## [TASK DESCRIPTION]
Starting with the line that contains "#23=FACE_BOUND('',#22,.T.);" and stopping after the line that contains "#28=DIRECTION('',(0.,-0.142314524,0.989821487));", return each line below exactly as written, with no others.

Collected data entries

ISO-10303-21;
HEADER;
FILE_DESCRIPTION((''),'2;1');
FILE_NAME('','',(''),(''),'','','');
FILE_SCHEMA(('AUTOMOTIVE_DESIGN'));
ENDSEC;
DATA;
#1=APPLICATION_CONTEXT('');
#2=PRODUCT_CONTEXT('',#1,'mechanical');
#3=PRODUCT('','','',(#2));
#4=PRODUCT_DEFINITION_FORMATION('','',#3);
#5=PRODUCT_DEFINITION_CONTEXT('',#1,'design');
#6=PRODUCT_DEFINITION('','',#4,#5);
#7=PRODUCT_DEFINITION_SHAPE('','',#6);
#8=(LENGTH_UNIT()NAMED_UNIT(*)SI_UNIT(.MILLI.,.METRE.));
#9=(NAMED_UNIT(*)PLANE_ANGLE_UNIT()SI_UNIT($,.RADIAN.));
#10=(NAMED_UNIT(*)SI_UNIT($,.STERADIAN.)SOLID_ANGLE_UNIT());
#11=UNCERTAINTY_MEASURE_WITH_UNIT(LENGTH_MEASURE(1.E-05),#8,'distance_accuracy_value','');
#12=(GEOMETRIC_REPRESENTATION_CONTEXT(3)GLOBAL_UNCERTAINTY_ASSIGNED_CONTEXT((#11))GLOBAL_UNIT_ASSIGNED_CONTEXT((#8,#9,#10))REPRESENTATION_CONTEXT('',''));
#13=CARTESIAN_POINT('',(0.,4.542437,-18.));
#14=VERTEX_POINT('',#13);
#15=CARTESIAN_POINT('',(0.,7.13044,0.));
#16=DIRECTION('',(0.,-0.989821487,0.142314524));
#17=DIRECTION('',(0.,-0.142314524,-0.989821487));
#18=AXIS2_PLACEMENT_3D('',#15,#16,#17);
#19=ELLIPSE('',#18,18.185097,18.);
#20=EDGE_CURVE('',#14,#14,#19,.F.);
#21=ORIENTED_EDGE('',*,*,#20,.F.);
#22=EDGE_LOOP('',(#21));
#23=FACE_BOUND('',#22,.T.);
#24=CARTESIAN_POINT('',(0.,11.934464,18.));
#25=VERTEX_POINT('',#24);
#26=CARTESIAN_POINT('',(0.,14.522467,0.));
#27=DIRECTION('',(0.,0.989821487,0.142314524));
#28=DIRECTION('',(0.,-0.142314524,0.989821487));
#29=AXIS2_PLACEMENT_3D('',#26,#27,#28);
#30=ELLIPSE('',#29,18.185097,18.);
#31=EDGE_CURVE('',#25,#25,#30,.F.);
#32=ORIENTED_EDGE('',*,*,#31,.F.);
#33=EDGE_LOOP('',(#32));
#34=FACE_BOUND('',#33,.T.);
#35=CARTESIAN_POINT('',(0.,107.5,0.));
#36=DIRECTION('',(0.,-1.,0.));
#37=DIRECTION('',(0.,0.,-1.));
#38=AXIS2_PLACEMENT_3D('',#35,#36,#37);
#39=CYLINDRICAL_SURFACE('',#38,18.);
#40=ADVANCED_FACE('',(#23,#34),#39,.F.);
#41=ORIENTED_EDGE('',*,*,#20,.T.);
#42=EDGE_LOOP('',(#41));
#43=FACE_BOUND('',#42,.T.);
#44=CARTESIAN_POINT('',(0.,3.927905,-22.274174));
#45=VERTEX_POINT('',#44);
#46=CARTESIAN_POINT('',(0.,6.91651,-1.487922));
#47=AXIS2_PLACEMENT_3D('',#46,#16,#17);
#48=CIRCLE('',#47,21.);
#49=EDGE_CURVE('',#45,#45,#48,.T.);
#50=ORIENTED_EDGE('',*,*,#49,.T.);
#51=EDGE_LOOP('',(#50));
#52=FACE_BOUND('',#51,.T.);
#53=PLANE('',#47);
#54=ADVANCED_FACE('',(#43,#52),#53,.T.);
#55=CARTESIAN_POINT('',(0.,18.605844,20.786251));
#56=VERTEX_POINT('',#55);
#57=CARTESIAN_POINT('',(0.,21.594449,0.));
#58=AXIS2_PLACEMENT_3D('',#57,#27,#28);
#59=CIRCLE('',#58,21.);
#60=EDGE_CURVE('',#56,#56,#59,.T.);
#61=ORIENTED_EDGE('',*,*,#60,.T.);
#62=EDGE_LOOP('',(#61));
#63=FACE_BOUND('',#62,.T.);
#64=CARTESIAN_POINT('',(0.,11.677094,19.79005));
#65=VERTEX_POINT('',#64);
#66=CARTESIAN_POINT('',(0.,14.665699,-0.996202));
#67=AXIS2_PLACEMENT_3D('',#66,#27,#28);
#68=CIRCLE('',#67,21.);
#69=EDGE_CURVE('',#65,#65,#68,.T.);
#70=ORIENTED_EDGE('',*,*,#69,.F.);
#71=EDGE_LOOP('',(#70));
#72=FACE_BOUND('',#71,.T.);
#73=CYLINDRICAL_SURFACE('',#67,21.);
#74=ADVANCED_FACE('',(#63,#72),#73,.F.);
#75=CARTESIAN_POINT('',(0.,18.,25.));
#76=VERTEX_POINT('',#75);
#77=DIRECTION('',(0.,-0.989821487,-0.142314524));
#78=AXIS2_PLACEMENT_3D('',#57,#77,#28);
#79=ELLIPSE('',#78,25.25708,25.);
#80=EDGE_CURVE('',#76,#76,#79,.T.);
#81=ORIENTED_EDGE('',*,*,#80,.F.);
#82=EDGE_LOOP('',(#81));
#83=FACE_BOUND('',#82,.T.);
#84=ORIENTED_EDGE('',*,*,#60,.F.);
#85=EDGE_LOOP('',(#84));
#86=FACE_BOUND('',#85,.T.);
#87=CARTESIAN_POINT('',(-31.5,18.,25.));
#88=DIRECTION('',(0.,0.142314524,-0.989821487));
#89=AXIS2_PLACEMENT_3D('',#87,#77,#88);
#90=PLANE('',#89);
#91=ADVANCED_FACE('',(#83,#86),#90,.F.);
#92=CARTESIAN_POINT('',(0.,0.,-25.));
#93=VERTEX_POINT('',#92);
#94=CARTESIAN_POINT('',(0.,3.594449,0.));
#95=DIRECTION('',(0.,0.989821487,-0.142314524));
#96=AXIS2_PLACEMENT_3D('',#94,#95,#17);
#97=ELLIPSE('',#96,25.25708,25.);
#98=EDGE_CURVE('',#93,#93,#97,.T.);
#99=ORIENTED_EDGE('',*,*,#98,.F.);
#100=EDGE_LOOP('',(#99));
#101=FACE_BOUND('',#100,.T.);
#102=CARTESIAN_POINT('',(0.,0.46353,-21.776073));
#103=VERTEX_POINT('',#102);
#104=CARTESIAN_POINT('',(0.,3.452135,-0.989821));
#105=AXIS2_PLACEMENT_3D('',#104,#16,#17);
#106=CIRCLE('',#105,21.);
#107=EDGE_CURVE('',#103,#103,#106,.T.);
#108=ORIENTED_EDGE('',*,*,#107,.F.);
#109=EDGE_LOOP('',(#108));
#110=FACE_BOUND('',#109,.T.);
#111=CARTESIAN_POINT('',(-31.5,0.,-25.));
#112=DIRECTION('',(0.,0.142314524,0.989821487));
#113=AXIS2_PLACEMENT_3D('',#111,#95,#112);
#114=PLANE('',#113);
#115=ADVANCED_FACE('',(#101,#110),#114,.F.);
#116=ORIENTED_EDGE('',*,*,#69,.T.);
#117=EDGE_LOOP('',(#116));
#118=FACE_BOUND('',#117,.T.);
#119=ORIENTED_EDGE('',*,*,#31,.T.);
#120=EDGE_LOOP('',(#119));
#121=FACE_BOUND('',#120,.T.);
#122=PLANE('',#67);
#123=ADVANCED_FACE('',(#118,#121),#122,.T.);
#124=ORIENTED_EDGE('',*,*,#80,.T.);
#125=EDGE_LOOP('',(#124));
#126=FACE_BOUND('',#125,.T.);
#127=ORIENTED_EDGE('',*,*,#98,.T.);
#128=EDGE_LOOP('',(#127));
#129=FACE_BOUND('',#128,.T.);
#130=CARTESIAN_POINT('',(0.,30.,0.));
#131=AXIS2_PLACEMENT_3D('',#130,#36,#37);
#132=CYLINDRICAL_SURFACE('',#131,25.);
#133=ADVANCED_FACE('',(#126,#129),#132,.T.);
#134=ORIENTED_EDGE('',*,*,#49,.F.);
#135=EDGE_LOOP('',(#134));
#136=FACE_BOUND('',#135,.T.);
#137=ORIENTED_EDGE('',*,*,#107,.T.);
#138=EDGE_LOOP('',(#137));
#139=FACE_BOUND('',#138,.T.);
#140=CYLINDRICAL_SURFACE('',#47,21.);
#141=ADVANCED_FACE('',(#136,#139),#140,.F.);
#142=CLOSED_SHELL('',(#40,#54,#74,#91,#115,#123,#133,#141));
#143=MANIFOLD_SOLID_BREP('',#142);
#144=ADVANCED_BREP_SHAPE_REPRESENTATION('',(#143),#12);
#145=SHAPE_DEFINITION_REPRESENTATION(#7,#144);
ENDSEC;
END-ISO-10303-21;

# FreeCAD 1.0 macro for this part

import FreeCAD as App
import Part
import Sketcher
from FreeCAD import Vector

doc = App.newDocument("Part")
params = doc.addObject("Spreadsheet::Sheet", "Params")
for row, (alias, value) in enumerate([
    ("sketch1_diameter", "50 mm"),
    ("pad1_length", "30 mm"),
    ("sketch2_height", "50 mm"),
    ("pocket1_length", "63 mm"),
    ("sketch3_diameter", "42 mm"),
    ("pocket2_length", "7 mm"),
    ("sketch4_diameter", "42 mm"),
    ("pocket3_length", "3.5 mm"),
    ("sketch5_diameter", "36 mm"),
    ("pocket4_length", "107.5 mm"),
], start=1):
    params.set(f"A{row}", alias)
    params.set(f"B{row}", "=" + value)
    params.setAlias(f"B{row}", alias)

body = doc.addObject("PartDesign::Body", "Body")

sketch1 = doc.addObject("Sketcher::SketchObject", "Sketch")
body.addObject(sketch1)
sketch1.AttachmentSupport = (doc.XZ_Plane, [""])
sketch1.MapMode = "FlatFace"
sketch1.addGeometry(Part.Circle(Vector(0, 0, 0), Vector(0, 0, 1), 25), False)
sketch1.addConstraint(Sketcher.Constraint("Coincident", 0, 3, -1, 1))
sketch1.addConstraint(Sketcher.Constraint("Diameter", 0, 50.0))
sketch1.setExpression("Constraints[1]", "Params.sketch1_diameter")
pad1 = doc.addObject("PartDesign::Pad", "Pad")
body.addObject(pad1)
pad1.Profile = sketch1
pad1.setExpression("Length", "Params.pad1_length")
pad1.Reversed = True

sketch2 = doc.addObject("Sketcher::SketchObject", "Sketch001")
body.addObject(sketch2)
sketch2.AttachmentSupport = (doc.YZ_Plane, [""])
sketch2.MapMode = "FlatFace"
sketch2.addGeometry(Part.LineSegment(Vector(18, 25, 0), Vector(25, -25, 0)), False)
sketch2.addGeometry(Part.LineSegment(Vector(25, -25, 0), Vector(40, -25, 0)), False)
sketch2.addGeometry(Part.LineSegment(Vector(40, -25, 0), Vector(40, 25, 0)), False)
sketch2.addGeometry(Part.LineSegment(Vector(40, 25, 0), Vector(18, 25, 0)), False)
sketch2.addGeometry(Part.LineSegment(Vector(0, -25, 0), Vector(7, 25, 0)), False)
sketch2.addGeometry(Part.LineSegment(Vector(7, 25, 0), Vector(-17, 25, 0)), False)
sketch2.addGeometry(Part.LineSegment(Vector(-17, 25, 0), Vector(-17, -25, 0)), False)
sketch2.addGeometry(Part.LineSegment(Vector(-17, -25, 0), Vector(0, -25, 0)), False)
sketch2.addConstraint(Sketcher.Constraint("Coincident", 0, 2, 1, 1))
sketch2.addConstraint(Sketcher.Constraint("Coincident", 1, 2, 2, 1))
sketch2.addConstraint(Sketcher.Constraint("Coincident", 2, 2, 3, 1))
sketch2.addConstraint(Sketcher.Constraint("Coincident", 3, 2, 0, 1))
sketch2.addConstraint(Sketcher.Constraint("Coincident", 4, 2, 5, 1))
sketch2.addConstraint(Sketcher.Constraint("Coincident", 5, 2, 6, 1))
sketch2.addConstraint(Sketcher.Constraint("Coincident", 6, 2, 7, 1))
sketch2.addConstraint(Sketcher.Constraint("Coincident", 7, 2, 4, 1))
sketch2.addConstraint(Sketcher.Constraint("Horizontal", 1))
sketch2.addConstraint(Sketcher.Constraint("Vertical", 2))
sketch2.addConstraint(Sketcher.Constraint("Horizontal", 3))
sketch2.addConstraint(Sketcher.Constraint("Horizontal", 5))
sketch2.addConstraint(Sketcher.Constraint("Vertical", 6))
sketch2.addConstraint(Sketcher.Constraint("Horizontal", 7))
sketch2.addConstraint(Sketcher.Constraint("PointOnObject", 7, 2, -2))
sketch2.addConstraint(Sketcher.Constraint("Horizontal", 3, 2, 4, 2))
sketch2.addConstraint(Sketcher.Constraint("Horizontal", 1, 2, 6, 2))
sketch2.addConstraint(Sketcher.Constraint("Equal", 0, 4))
sketch2.addConstraint(Sketcher.Constraint("DistanceY", 2, 1, 2, 2, 50.0))
sketch2.addConstraint(Sketcher.Constraint("DistanceY", 0, 2, -1, 1, 25.0))
sketch2.addConstraint(Sketcher.Constraint("DistanceX", -1, 1, 3, 2, 18.0))
sketch2.addConstraint(Sketcher.Constraint("DistanceX", 7, 1, 7, 2, 17.358468))
sketch2.addConstraint(Sketcher.Constraint("DistanceX", -1, 1, 0, 2, 25.188899))
sketch2.addConstraint(Sketcher.Constraint("DistanceX", 1, 1, 1, 2, 14.321136))
sketch2.setExpression("Constraints[18]", "Params.sketch2_height")
pocket1 = doc.addObject("PartDesign::Pocket", "Pocket")
body.addObject(pocket1)
pocket1.Profile = sketch2
pocket1.setExpression("Length", "Params.pocket1_length")
pocket1.Midplane = True

sketch3 = doc.addObject("Sketcher::SketchObject", "Sketch002")
body.addObject(sketch3)
sketch3.Placement = App.Placement(Vector(0, 21.157088, 3.041923), App.Rotation(Vector(1, 0, 0), Vector(0, 0.142314524, -0.989821487), Vector(0, 0.989821487, 0.142314524), "ZXY"))
sketch3.addGeometry(Part.Circle(Vector(0, 3, 0), Vector(0, 0, 1), 21), False)
sketch3.addConstraint(Sketcher.Constraint("PointOnObject", 0, 3, -2))
sketch3.addConstraint(Sketcher.Constraint("Diameter", 0, 42.0))
sketch3.addConstraint(Sketcher.Constraint("DistanceY", -1, 1, 0, 3, 3.073204))
sketch3.setExpression("Constraints[1]", "Params.sketch3_diameter")
pocket2 = doc.addObject("PartDesign::Pocket", "Pocket001")
body.addObject(pocket2)
pocket2.Profile = sketch3
pocket2.setExpression("Length", "Params.pocket2_length")

sketch4 = doc.addObject("Sketcher::SketchObject", "Sketch003")
body.addObject(sketch4)
sketch4.Placement = App.Placement(Vector(0, 3.521649, -0.506336), App.Rotation(Vector(-1, 0, 0), Vector(0, -0.142314524, -0.989821487), Vector(0, -0.989821487, 0.142314524), "ZXY"))
sketch4.addGeometry(Part.Circle(Vector(0, 0, 0), Vector(0, 0, 1), 21), False)
sketch4.addConstraint(Sketcher.Constraint("PointOnObject", 0, 3, -2))
sketch4.addConstraint(Sketcher.Constraint("Diameter", 0, 42.0))
sketch4.addConstraint(Sketcher.Constraint("DistanceY", -1, 1, 0, 3, 0.488458))
sketch4.setExpression("Constraints[1]", "Params.sketch4_diameter")
pocket3 = doc.addObject("PartDesign::Pocket", "Pocket002")
body.addObject(pocket3)
pocket3.Profile = sketch4
pocket3.setExpression("Length", "Params.pocket3_length")

sketch5 = doc.addObject("Sketcher::SketchObject", "Sketch004")
body.addObject(sketch5)
sketch5.AttachmentSupport = (doc.XZ_Plane, [""])
sketch5.MapMode = "FlatFace"
sketch5.addGeometry(Part.Circle(Vector(0, 0, 0), Vector(0, 0, 1), 18), False)
sketch5.addConstraint(Sketcher.Constraint("Coincident", 0, 3, -1, 1))
sketch5.addConstraint(Sketcher.Constraint("Diameter", 0, 36.0))
sketch5.setExpression("Constraints[1]", "Params.sketch5_diameter")
pocket4 = doc.addObject("PartDesign::Pocket", "Pocket003")
body.addObject(pocket4)
pocket4.Profile = sketch5
pocket4.setExpression("Length", "Params.pocket4_length")

doc.recompute()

## [OUTPUT FOR THIS TASK]
#23=FACE_BOUND('',#22,.T.);
#24=CARTESIAN_POINT('',(0.,11.934464,18.));
#25=VERTEX_POINT('',#24);
#26=CARTESIAN_POINT('',(0.,14.522467,0.));
#27=DIRECTION('',(0.,0.989821487,0.142314524));
#28=DIRECTION('',(0.,-0.142314524,0.989821487));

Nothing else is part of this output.